Mine areas haven’t changed in 3 years. Maybe something else?

Tall_Allen profile image
Tall_Allen in reply toIzzysdad

Appearance of metastases follows an exponential curve - very slow at first, accelerating later.

Slow early growth of metastases
Izzysdad profile image
Izzysdad in reply toTall_Allen

Guess my next scans will be interesting. Thanks for the info.

Izzysdad profile image
Izzysdad in reply toTall_Allen

Thanks for getting back to me. My MO keeps talking like my fate is sealed. So far my urologist has said I’d live to be an old man. Pretty safe statement because I was 69 at the time, My RO said 5-10 years. He said he hit the suspicious spot so hard,he didn’t think any cancer could survive. The MO said 3-5 but then added probably more than 5. Seems to be some question if radiation can kill bone Mets at all. They all are looking at the same reports but can’t seem to agree. Been quite a roller coast ride so far. I don’t know if the radiation did anything because they put me on ADT right away. I feel like a walking medical experiment.

Tall_Allen profile image
Tall_Allen in reply toIzzysdad

Radiation can certainly control the metastases you can see. But for every met you can see, there are thousands more you can't see.

TryGuyCP profile image
TryGuyCP

Regular MRI, PET/CT, bone scans may now show mets or be vague just like you descrive Ask for PSMA scan.

I had similar experience:

My yearly PSA check went from 3.11 in Feb. 2020 to 5.79 in Feb.2021, MRI pointed at prostate. Biopsy came up with Gleason 4+5=9 diagnosis of aggressive PC.

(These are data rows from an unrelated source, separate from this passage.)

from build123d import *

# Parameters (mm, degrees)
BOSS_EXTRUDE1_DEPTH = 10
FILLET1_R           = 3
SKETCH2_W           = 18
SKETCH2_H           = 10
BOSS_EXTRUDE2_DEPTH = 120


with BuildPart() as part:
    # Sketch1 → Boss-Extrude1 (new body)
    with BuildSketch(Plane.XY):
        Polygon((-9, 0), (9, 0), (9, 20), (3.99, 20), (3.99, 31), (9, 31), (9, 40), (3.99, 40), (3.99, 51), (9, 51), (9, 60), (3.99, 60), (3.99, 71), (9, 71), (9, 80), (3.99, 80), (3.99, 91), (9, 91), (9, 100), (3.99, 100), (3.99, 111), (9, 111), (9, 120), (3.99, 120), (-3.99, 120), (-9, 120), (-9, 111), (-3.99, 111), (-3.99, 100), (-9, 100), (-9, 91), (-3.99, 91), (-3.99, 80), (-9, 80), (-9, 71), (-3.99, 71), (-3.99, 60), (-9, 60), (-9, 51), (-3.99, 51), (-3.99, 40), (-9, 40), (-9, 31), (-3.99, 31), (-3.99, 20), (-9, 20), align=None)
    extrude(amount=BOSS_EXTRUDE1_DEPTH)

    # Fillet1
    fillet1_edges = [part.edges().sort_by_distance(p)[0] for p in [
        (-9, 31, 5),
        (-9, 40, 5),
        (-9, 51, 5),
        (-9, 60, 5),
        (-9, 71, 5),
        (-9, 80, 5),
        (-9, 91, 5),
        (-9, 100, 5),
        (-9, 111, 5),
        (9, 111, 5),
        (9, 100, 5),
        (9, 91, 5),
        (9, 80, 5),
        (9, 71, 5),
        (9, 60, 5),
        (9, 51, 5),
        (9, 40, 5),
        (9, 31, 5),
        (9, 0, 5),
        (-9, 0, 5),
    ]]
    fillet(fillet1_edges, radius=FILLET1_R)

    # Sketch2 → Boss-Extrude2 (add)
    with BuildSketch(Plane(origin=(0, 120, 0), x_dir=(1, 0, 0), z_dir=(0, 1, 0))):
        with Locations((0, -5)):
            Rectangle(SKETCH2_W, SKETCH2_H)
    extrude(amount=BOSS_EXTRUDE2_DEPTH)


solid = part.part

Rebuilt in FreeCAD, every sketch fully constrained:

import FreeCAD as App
import Part
import Sketcher
from FreeCAD import Vector
Q = App.Units.Quantity


def edges_at(feature, points):
    """Names of the edges that pass closest to the given points."""
    edges = feature.Shape.Edges
    near = lambda p: min(range(len(edges)), key=lambda i: edges[i].distToShape(Part.Vertex(*p))[0])
    return sorted({f"Edge{near(p) + 1}" for p in points})

doc = App.newDocument("Part")
body = doc.addObject("PartDesign::Body", "Body")

# Sketch on XY plane
sketch1 = body.newObject("Sketcher::SketchObject", "Sketch")
sketch1.AttachmentSupport = (doc.getObject("XY_Plane"), [""])
sketch1.MapMode = "FlatFace"
sketch1.addGeometry(Part.LineSegment(Vector(-9, 0, 0), Vector(9, 0, 0)), False)
sketch1.addGeometry(Part.LineSegment(Vector(9, 0, 0), Vector(9, 20, 0)), False)
sketch1.addGeometry(Part.LineSegment(Vector(9, 20, 0), Vector(3.99, 20, 0)), False)
sketch1.addGeometry(Part.LineSegment(Vector(3.99, 20, 0), Vector(3.99, 31, 0)), False)
sketch1.addGeometry(Part.LineSegment(Vector(3.99, 31, 0), Vector(9, 31, 0)), False)
sketch1.addGeometry(Part.LineSegment(Vector(9, 31, 0), Vector(9, 40, 0)), False)
sketch1.addGeometry(Part.LineSegment(Vector(9, 40, 0), Vector(3.99, 40, 0)), False)
sketch1.addGeometry(Part.LineSegment(Vector(3.99, 40, 0), Vector(3.99, 51, 0)), False)
sketch1.addGeometry(Part.LineSegment(Vector(3.99, 51, 0), Vector(9, 51, 0)), False)
sketch1.addGeometry(Part.LineSegment(Vector(9, 51, 0), Vector(9, 60, 0)), False)
sketch1.addGeometry(Part.LineSegment(Vector(9, 60, 0), Vector(3.99, 60, 0)), False)
sketch1.addGeometry(Part.LineSegment(Vector(3.99, 60, 0), Vector(3.99, 71, 0)), False)
sketch1.addGeometry(Part.LineSegment(Vector(3.99, 71, 0), Vector(9, 71, 0)), False)
sketch1.addGeometry(Part.LineSegment(Vector(9, 71, 0), Vector(9, 80, 0)), False)
sketch1.addGeometry(Part.LineSegment(Vector(9, 80, 0), Vector(3.99, 80, 0)), False)
sketch1.addGeometry(Part.LineSegment(Vector(3.99, 80, 0), Vector(3.99, 91, 0)), False)
sketch1.addGeometry(Part.LineSegment(Vector(3.99, 91, 0), Vector(9, 91, 0)), False)
sketch1.addGeometry(Part.LineSegment(Vector(9, 91, 0), Vector(9, 100, 0)), False)
sketch1.addGeometry(Part.LineSegment(Vector(9, 100, 0), Vector(3.99, 100, 0)), False)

3/08/2021 NM Bone Scan suspect T2: Focal uptake at the posterior aspect of the upper thoracic spine approximately T2. On the prior CT there is a 6 mm sclerotic focus in minimal degenerative change. This lesion is indeterminate on bone scan as both bone islands and sclerotic metastases can demonstrate radiotracer uptake. The CT features where it is smoothly bordered are suggestive of a bone island. Recommend attention on follow-up imaging.

5/11/21 my urologist performed robotic radical prostatectomy and pathology report showed edges clean so we hoped that was the end of it and I'm "cured".

8/20/21 Follow-up 3mo PSA came up still high at 4.2 so I went to Stanford uro-oncology where they arranged couple PSMA scans (at the time Oct.2021 it was still as clinical trials) and only those more sensitive scans finally conclusively pointed at little spot in T2.

12/3/21 PSA. is 7.9 I had gone through CyberKnife procedure at Stanford and that stopped progression in T2

01/18/2022 PSA dropped to 4.2

02/22/2022 PSA dropped to 2.6

02/23/2022 PET/CT PSMA finds Focal PyL uptake within the known treated T2 vertebral body sclerotic lesion and multiple bilateral rib lesions compatible with metastatic disease. Now that I have multiple mets in ribs its time for systemic therapy and my MO recommends we start ADT

03/07/2022 Injection of Degarelix 250mg. this quickly brings PSA down to < 0.04

04/04/2022 Move on to Lupron 6mo injections

follow up PET/CT PSMA and MRI scans in August 2022 show improvement (less visible) of old spots and no new ones

After 18 months on ADT (only lupron) PSA stays < 0.04 so my MO lets me go on vacation from ADT.

My last 6mo Lupron shot was in March of 23 and next one would have been in Sep. but will be skipped. the plan is to stay of any treatment till PSA starts to rise. then do another PSMA and go from there.